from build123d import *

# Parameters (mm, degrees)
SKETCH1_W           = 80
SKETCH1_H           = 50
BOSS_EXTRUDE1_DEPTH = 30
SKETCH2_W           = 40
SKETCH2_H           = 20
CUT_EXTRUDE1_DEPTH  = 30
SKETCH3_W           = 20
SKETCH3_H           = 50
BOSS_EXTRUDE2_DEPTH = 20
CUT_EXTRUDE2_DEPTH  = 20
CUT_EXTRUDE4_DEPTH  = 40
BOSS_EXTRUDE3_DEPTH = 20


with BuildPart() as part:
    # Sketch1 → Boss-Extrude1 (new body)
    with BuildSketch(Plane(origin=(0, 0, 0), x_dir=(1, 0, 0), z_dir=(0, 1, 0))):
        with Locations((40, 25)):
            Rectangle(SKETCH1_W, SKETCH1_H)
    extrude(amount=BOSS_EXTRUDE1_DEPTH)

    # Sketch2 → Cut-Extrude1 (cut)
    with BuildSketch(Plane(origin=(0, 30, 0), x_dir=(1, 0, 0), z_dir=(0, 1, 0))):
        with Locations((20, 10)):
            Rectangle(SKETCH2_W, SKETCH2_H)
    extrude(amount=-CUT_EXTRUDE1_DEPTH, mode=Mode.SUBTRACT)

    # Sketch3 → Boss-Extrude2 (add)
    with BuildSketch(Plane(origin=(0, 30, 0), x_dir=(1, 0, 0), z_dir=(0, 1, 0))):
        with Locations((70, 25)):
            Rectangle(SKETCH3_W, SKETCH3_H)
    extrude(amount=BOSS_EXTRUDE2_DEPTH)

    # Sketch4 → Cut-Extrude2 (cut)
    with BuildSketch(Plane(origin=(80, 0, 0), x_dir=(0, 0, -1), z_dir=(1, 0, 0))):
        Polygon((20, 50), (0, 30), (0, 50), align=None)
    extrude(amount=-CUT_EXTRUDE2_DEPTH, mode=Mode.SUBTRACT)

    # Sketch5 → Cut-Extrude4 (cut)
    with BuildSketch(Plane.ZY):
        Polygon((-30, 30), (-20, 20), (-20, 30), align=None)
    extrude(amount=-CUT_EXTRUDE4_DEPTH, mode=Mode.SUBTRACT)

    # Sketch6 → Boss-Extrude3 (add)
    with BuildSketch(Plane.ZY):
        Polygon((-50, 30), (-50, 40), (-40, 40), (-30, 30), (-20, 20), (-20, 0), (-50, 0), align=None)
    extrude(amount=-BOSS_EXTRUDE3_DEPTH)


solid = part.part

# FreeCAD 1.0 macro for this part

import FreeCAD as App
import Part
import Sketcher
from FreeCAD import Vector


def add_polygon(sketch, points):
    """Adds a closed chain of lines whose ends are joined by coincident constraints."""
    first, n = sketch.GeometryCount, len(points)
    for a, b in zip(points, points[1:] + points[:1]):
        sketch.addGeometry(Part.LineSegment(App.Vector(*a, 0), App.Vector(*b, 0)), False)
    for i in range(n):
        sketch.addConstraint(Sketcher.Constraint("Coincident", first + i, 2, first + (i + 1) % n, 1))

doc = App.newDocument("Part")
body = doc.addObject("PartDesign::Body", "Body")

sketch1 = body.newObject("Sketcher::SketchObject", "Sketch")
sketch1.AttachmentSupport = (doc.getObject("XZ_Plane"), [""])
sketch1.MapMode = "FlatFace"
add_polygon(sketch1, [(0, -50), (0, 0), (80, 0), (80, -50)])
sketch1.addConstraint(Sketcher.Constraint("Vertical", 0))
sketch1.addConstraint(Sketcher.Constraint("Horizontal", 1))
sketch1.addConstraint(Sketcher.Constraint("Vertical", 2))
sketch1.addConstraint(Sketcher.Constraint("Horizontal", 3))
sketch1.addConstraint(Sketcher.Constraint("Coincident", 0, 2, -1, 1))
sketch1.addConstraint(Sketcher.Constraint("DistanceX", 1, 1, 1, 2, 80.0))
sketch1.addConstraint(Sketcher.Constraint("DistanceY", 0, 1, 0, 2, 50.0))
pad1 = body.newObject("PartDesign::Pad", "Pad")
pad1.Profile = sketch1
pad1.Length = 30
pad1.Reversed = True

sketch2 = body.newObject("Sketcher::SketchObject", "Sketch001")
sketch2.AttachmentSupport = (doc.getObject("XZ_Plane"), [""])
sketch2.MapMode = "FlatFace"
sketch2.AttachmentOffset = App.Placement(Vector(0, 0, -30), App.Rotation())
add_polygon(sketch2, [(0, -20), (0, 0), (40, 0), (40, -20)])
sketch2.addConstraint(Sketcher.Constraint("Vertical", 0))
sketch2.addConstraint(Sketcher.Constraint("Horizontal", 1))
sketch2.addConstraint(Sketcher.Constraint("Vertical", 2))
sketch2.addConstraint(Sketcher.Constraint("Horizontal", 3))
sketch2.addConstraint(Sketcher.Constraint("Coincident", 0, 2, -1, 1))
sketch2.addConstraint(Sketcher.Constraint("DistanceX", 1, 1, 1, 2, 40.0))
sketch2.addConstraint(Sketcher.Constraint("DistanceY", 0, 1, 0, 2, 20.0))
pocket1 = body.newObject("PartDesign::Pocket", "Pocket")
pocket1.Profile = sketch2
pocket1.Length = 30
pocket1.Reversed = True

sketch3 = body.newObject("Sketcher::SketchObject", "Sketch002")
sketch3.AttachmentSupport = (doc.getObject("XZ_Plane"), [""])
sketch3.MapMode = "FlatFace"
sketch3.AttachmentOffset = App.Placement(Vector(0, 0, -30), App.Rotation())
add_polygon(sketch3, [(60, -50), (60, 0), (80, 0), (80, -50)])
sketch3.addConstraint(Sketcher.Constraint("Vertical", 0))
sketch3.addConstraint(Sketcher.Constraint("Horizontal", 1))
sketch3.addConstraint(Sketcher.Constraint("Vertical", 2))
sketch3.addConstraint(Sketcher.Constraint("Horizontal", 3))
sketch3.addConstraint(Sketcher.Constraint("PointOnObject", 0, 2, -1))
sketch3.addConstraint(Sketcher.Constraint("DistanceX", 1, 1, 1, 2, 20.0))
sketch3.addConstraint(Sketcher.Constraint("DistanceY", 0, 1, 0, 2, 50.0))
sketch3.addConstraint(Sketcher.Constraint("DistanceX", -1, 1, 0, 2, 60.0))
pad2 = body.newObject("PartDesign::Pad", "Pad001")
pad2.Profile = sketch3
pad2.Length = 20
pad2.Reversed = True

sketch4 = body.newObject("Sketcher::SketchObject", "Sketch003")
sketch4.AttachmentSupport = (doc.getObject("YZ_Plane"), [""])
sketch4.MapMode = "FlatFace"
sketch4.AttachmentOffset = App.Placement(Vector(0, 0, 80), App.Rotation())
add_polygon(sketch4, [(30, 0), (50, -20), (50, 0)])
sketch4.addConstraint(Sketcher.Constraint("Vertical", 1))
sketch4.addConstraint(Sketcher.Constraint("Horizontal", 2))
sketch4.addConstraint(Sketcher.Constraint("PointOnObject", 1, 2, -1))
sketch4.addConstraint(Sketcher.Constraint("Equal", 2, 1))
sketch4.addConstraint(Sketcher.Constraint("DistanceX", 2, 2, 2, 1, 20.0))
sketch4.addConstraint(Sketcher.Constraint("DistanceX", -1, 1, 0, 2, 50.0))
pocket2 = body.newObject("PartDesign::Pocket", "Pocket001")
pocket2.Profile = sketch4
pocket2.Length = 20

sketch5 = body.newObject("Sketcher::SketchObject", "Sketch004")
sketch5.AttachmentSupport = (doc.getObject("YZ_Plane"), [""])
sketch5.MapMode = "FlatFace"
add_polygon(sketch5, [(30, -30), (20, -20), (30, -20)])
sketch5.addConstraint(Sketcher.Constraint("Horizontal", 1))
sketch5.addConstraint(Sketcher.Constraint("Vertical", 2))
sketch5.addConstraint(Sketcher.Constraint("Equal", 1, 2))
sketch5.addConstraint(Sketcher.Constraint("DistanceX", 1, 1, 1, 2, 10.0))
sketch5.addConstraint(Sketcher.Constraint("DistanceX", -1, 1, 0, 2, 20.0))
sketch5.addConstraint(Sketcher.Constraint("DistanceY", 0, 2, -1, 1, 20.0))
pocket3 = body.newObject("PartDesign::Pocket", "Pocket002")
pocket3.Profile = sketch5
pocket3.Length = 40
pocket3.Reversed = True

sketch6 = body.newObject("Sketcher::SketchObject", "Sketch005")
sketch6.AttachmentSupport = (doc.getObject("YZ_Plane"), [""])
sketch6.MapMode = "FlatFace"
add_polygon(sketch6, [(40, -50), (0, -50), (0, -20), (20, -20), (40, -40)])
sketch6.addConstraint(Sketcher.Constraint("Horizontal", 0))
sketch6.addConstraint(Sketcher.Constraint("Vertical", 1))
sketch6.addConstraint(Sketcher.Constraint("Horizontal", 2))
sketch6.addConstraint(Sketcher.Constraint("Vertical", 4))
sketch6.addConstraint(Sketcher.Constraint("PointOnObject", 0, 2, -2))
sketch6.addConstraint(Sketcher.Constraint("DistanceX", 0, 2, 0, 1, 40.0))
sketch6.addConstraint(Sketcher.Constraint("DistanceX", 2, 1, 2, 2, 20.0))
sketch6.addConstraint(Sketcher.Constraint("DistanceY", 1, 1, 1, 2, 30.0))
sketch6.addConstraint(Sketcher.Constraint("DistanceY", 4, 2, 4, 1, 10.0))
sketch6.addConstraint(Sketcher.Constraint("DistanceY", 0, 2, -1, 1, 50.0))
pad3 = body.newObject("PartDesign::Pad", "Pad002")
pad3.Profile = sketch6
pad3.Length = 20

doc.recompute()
============
Return each line exactly, beginning at the start of the material above and ending at the line that includes "Rectangle(SKETCH2_W, SKETCH2_H)", with both of those kept.

_RESULT FOR THIS EXERCISE_
from build123d import *

# Parameters (mm, degrees)
SKETCH1_W           = 80
SKETCH1_H           = 50
BOSS_EXTRUDE1_DEPTH = 30
SKETCH2_W           = 40
SKETCH2_H           = 20
CUT_EXTRUDE1_DEPTH  = 30
SKETCH3_W           = 20
SKETCH3_H           = 50
BOSS_EXTRUDE2_DEPTH = 20
CUT_EXTRUDE2_DEPTH  = 20
CUT_EXTRUDE4_DEPTH  = 40
BOSS_EXTRUDE3_DEPTH = 20


with BuildPart() as part:
    # Sketch1 → Boss-Extrude1 (new body)
    with BuildSketch(Plane(origin=(0, 0, 0), x_dir=(1, 0, 0), z_dir=(0, 1, 0))):
        with Locations((40, 25)):
            Rectangle(SKETCH1_W, SKETCH1_H)
    extrude(amount=BOSS_EXTRUDE1_DEPTH)

    # Sketch2 → Cut-Extrude1 (cut)
    with BuildSketch(Plane(origin=(0, 30, 0), x_dir=(1, 0, 0), z_dir=(0, 1, 0))):
        with Locations((20, 10)):
            Rectangle(SKETCH2_W, SKETCH2_H)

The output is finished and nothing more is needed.